*** TASK INPUT ***

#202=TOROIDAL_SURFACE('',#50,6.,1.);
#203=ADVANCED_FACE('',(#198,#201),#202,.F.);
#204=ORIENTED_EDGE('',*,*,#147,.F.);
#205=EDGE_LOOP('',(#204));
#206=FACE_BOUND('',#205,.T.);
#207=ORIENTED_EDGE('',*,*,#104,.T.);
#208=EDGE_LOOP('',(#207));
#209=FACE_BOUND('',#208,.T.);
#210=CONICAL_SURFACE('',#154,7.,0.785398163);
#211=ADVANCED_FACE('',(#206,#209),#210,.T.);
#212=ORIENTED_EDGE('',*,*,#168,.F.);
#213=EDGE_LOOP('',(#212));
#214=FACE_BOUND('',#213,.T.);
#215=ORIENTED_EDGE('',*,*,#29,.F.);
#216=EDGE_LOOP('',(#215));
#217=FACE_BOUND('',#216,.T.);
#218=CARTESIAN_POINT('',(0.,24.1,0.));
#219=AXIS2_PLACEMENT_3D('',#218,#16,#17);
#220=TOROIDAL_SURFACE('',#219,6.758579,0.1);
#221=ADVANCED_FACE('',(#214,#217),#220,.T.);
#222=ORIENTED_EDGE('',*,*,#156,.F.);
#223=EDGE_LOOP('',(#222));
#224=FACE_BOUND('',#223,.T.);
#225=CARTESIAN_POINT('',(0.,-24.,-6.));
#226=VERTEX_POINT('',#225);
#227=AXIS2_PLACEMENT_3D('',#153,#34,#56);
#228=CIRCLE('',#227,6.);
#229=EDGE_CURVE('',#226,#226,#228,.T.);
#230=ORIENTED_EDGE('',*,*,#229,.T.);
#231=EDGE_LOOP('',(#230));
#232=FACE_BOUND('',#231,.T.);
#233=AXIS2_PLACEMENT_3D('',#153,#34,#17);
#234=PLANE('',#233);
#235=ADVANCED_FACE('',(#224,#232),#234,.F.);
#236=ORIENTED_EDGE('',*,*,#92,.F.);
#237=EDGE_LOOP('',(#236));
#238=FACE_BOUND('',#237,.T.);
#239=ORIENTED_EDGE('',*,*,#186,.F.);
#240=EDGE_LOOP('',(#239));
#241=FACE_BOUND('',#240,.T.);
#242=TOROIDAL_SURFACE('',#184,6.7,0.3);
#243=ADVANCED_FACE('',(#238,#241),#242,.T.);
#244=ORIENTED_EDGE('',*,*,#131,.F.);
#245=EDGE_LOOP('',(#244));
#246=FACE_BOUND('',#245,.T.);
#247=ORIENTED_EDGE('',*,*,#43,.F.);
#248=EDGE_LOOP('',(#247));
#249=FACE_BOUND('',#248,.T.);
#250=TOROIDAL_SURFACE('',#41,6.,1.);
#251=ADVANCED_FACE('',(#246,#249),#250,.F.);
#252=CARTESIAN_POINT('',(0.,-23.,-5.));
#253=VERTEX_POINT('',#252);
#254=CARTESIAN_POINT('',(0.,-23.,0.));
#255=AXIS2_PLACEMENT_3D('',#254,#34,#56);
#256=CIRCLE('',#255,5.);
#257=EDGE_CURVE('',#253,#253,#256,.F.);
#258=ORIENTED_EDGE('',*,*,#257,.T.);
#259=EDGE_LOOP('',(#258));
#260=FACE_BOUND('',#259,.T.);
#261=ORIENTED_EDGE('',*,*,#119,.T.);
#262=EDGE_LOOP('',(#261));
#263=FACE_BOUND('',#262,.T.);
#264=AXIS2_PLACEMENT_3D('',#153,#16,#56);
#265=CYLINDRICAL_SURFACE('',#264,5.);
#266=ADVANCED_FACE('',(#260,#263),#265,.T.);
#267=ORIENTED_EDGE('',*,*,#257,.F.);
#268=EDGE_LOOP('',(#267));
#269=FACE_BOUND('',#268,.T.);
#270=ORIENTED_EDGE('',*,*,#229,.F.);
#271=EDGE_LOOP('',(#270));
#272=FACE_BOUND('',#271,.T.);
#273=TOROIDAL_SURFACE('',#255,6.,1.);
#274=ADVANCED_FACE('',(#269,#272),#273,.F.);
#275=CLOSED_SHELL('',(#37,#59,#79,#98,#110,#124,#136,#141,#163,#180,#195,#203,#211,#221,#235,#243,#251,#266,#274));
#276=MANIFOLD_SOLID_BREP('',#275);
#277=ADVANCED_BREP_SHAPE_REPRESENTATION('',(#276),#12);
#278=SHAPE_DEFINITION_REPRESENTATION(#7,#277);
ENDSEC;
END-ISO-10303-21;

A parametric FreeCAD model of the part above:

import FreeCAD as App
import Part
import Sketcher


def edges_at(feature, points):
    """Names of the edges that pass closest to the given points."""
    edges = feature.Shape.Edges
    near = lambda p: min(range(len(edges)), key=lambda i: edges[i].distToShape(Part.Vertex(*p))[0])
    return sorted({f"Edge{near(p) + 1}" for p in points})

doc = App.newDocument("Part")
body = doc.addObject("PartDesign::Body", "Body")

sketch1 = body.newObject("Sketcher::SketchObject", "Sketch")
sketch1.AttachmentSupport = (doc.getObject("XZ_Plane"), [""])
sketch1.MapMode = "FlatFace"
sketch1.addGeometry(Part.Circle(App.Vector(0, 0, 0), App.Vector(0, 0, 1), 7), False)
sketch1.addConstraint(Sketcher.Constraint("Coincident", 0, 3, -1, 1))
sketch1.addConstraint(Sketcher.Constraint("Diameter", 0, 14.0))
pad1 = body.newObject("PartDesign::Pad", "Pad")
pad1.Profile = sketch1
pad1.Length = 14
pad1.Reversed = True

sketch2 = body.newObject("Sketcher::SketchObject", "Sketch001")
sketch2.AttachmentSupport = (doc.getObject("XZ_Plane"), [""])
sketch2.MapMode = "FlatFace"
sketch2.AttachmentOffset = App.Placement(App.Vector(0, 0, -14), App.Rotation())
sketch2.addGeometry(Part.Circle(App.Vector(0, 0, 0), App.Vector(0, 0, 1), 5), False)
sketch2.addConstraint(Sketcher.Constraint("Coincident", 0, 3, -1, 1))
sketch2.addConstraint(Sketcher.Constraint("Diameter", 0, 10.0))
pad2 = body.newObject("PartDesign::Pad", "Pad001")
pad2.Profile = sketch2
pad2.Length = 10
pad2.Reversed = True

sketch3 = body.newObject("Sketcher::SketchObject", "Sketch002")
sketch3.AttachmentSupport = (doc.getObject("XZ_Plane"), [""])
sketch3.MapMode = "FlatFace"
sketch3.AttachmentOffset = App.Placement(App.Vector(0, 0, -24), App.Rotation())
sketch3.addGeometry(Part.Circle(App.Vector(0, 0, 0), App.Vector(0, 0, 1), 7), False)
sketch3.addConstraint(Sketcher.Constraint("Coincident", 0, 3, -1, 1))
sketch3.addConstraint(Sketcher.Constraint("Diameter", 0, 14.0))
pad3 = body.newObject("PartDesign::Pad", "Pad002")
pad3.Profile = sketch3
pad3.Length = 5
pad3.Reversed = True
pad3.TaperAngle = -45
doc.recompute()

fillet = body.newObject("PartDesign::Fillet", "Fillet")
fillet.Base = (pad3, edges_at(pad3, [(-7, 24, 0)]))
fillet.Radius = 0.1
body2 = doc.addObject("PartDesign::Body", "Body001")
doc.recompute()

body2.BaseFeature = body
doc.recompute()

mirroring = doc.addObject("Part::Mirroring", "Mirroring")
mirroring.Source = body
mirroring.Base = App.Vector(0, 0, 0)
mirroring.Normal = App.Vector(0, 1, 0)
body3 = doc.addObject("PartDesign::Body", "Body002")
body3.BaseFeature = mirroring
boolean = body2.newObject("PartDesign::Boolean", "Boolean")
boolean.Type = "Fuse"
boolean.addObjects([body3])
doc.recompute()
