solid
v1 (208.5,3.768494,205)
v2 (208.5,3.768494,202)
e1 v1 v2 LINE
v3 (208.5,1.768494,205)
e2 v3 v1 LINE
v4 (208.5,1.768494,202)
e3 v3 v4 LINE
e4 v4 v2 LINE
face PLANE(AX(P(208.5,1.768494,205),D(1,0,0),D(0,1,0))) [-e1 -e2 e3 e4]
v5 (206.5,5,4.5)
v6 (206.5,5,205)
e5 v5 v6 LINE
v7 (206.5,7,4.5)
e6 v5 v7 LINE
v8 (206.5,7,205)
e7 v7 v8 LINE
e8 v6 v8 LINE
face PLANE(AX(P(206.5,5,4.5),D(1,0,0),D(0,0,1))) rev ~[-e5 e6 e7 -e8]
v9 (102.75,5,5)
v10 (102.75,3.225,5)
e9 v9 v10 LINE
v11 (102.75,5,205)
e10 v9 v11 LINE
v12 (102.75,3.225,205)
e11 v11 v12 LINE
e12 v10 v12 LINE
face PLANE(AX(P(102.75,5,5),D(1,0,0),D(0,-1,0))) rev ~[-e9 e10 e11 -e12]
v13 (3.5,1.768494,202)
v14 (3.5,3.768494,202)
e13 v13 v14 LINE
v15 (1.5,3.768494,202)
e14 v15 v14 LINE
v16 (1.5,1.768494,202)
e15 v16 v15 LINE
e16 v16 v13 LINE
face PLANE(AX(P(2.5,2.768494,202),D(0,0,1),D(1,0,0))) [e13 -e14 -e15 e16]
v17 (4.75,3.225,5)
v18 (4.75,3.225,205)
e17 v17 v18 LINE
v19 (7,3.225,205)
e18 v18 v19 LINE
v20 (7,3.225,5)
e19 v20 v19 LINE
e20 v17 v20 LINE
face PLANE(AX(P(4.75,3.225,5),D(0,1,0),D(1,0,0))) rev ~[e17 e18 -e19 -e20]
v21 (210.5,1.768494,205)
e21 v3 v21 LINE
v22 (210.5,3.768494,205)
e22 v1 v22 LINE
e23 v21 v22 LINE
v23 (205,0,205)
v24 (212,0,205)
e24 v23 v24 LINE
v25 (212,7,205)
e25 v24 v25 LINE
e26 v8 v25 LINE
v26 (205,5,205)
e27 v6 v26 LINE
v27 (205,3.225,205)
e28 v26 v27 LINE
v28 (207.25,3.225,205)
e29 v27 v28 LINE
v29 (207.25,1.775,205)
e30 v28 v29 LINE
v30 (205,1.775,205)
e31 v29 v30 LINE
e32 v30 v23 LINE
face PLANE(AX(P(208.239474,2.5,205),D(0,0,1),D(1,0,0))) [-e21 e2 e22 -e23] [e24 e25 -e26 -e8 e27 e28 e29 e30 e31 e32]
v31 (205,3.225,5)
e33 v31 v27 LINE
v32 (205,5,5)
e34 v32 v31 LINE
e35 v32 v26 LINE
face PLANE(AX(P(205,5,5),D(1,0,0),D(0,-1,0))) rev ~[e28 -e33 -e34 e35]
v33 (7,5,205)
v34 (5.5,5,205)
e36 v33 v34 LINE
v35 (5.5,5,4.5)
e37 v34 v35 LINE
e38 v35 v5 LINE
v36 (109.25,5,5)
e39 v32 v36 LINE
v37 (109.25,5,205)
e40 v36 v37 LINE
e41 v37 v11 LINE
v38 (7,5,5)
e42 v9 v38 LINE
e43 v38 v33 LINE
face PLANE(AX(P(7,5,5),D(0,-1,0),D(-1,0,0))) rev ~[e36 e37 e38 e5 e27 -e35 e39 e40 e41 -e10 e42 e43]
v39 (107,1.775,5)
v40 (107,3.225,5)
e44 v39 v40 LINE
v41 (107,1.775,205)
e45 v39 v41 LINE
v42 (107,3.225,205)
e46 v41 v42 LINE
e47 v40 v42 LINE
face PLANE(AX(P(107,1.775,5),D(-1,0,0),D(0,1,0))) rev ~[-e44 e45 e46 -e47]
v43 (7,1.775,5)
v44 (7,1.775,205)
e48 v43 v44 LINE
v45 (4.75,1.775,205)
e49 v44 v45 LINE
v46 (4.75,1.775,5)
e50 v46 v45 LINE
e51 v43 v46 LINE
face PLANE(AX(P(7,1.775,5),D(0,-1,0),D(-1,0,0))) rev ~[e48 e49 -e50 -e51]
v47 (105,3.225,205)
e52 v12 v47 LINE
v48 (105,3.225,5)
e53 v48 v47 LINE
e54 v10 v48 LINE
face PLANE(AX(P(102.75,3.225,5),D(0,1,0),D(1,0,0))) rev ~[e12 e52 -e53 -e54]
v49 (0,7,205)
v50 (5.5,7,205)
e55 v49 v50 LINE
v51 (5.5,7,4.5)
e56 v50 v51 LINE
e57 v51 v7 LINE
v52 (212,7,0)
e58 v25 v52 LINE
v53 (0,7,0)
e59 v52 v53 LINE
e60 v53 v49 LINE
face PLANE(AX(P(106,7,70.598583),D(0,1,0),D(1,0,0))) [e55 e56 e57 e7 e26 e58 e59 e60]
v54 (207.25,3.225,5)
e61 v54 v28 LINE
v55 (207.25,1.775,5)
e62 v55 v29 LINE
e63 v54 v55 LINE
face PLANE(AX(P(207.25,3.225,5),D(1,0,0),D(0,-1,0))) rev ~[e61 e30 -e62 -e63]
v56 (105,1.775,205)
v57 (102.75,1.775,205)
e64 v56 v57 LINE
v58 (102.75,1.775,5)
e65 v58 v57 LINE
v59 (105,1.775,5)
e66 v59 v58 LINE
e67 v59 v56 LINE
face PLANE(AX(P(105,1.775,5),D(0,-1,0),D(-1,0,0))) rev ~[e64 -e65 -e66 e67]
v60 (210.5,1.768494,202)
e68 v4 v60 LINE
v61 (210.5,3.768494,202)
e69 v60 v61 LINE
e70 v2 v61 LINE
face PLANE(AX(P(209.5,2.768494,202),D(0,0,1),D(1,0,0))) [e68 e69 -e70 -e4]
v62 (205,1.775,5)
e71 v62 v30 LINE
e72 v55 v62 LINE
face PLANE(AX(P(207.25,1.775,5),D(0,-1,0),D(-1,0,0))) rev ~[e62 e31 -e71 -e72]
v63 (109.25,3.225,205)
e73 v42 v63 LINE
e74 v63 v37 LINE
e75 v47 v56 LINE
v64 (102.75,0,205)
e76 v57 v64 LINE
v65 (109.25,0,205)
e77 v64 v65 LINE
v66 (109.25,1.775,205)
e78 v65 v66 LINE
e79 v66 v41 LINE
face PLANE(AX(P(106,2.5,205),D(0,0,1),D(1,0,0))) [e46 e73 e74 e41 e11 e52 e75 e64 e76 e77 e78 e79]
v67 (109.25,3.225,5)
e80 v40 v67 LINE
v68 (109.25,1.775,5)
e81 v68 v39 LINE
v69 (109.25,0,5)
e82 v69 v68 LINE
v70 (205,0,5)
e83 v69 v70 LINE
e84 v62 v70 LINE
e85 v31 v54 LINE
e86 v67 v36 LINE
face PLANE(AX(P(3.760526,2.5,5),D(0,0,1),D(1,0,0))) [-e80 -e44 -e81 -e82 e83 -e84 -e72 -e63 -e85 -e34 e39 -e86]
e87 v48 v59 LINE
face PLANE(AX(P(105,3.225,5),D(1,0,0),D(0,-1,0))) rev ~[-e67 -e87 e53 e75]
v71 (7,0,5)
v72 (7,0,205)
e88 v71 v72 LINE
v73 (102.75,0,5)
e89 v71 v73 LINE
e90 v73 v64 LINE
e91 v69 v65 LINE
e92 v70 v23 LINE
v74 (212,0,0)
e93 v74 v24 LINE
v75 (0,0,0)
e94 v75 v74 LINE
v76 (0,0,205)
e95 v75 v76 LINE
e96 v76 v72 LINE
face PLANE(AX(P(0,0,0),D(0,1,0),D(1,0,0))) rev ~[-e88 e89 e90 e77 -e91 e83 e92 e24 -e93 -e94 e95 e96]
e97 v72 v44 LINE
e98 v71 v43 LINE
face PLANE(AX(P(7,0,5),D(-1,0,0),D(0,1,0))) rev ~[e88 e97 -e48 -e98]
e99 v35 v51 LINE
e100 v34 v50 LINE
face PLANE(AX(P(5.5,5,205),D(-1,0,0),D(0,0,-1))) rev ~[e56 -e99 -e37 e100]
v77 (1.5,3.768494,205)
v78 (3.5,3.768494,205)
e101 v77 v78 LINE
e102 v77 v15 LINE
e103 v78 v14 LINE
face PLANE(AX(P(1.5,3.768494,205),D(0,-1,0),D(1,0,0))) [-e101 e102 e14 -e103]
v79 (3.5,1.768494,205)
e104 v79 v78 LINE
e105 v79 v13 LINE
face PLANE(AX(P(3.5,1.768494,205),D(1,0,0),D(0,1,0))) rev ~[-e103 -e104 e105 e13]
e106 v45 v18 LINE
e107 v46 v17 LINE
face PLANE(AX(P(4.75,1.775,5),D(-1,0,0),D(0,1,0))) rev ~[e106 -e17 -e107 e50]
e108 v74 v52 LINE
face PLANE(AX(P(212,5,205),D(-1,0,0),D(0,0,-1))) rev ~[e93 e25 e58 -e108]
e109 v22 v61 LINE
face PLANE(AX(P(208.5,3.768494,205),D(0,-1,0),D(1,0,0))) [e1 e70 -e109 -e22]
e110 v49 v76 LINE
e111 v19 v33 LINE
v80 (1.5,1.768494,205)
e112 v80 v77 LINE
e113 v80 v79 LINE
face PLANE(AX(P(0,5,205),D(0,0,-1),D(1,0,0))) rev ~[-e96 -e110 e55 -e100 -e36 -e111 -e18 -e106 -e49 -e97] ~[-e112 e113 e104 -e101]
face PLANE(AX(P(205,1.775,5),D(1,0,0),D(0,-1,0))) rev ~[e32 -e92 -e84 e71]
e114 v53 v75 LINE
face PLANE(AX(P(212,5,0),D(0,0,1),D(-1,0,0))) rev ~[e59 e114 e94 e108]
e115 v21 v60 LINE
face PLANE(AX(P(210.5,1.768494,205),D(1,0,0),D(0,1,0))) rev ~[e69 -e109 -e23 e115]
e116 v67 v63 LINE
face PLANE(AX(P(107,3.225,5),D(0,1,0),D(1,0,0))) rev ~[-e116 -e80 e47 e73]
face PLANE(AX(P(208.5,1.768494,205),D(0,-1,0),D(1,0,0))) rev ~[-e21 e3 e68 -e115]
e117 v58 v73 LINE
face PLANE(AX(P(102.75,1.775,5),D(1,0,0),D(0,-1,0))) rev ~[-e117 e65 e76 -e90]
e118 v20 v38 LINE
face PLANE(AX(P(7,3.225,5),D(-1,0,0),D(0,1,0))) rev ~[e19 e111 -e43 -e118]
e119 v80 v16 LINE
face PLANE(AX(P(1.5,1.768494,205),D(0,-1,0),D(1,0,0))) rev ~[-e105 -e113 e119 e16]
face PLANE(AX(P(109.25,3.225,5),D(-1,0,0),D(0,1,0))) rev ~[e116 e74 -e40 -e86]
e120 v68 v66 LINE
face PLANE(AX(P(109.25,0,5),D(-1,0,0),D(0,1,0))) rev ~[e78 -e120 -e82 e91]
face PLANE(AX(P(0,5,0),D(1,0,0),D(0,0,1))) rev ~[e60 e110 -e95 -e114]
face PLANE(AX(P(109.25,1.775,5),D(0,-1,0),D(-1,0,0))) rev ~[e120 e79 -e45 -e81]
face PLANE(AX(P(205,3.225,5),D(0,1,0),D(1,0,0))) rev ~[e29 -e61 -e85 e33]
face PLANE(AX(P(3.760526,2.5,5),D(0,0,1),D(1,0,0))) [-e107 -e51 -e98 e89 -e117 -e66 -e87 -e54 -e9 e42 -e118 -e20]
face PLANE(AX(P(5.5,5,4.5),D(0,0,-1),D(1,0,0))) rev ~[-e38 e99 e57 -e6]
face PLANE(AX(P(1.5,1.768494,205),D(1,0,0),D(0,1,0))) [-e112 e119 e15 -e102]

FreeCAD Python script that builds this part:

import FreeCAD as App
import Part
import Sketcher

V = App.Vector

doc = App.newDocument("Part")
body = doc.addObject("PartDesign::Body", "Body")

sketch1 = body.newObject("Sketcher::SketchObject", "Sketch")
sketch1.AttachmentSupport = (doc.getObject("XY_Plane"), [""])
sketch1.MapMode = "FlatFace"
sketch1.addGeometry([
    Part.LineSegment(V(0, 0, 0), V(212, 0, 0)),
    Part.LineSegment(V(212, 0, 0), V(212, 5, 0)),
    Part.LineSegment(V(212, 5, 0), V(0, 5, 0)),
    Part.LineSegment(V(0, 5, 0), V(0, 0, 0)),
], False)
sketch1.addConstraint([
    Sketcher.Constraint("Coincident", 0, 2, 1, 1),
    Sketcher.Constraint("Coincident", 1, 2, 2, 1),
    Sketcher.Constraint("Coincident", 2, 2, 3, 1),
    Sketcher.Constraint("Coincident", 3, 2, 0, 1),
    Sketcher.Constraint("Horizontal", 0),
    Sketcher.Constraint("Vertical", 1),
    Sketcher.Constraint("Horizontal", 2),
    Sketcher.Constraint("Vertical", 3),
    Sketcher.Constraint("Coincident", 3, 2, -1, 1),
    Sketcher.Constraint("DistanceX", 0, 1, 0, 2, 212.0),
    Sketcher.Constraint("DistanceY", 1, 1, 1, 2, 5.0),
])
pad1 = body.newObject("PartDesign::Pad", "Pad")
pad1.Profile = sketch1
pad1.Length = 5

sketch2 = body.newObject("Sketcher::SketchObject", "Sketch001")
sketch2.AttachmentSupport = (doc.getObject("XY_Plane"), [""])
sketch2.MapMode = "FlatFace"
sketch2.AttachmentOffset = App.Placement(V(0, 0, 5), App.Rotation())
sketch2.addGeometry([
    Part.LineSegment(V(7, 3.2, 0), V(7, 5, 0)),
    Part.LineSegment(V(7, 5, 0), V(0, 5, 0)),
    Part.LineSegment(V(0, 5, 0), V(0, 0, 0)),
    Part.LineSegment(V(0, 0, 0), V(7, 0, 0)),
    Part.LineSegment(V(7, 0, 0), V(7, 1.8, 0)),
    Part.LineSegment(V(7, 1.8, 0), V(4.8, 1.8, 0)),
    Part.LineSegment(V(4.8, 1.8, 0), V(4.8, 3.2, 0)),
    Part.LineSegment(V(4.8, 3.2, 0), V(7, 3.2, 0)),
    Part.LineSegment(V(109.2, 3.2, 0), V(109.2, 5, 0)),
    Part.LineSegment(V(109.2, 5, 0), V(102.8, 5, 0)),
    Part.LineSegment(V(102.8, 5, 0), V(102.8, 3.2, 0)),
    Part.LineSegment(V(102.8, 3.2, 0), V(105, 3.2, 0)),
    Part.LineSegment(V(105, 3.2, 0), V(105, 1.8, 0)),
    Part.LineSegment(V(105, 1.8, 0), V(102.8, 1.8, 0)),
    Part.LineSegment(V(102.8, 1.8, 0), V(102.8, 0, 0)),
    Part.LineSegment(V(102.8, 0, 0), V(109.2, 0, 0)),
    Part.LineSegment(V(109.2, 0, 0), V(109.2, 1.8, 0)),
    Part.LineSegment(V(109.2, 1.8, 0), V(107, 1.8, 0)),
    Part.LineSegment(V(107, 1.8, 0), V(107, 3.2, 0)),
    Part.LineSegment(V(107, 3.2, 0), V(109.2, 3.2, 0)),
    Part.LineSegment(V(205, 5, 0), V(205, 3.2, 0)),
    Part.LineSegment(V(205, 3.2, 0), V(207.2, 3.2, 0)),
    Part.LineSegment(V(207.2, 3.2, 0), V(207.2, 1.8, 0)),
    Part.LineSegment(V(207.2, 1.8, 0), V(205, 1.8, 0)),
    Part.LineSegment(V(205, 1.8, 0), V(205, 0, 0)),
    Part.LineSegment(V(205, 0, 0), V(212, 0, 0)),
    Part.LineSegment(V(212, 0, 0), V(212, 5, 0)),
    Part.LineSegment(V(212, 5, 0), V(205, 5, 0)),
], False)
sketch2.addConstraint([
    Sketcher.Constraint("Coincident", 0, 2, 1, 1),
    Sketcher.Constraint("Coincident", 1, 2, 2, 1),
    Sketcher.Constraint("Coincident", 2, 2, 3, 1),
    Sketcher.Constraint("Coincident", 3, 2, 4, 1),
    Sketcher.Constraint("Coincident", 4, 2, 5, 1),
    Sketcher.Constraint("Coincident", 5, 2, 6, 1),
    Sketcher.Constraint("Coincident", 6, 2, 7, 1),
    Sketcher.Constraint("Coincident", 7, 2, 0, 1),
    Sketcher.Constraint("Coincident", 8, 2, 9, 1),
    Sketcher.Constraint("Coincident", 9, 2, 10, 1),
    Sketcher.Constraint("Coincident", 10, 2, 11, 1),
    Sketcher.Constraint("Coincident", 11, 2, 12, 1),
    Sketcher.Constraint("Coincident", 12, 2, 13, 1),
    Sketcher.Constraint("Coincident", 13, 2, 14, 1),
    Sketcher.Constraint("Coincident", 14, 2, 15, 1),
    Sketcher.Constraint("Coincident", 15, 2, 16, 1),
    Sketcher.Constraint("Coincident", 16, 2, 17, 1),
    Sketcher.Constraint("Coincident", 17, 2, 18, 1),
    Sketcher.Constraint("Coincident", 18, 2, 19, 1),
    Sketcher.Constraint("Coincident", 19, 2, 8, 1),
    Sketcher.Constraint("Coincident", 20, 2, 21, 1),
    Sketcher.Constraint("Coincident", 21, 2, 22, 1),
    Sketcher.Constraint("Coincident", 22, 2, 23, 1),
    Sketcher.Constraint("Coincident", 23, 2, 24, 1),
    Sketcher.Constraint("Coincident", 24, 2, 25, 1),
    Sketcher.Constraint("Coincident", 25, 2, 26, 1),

***

REQUIRED ACTION
The reply should consist solely of the lines above from the one that has "#221=ADVANCED_FACE('',(#214,#217),#220,.T.);" through the one that has "#227=AXIS2_PLACEMENT_3D('',#153,#34,#56);", reproduced exactly.

RESULT OF THE EXERCISE
#221=ADVANCED_FACE('',(#214,#217),#220,.T.);
#222=ORIENTED_EDGE('',*,*,#156,.F.);
#223=EDGE_LOOP('',(#222));
#224=FACE_BOUND('',#223,.T.);
#225=CARTESIAN_POINT('',(0.,-24.,-6.));
#226=VERTEX_POINT('',#225);
#227=AXIS2_PLACEMENT_3D('',#153,#34,#56);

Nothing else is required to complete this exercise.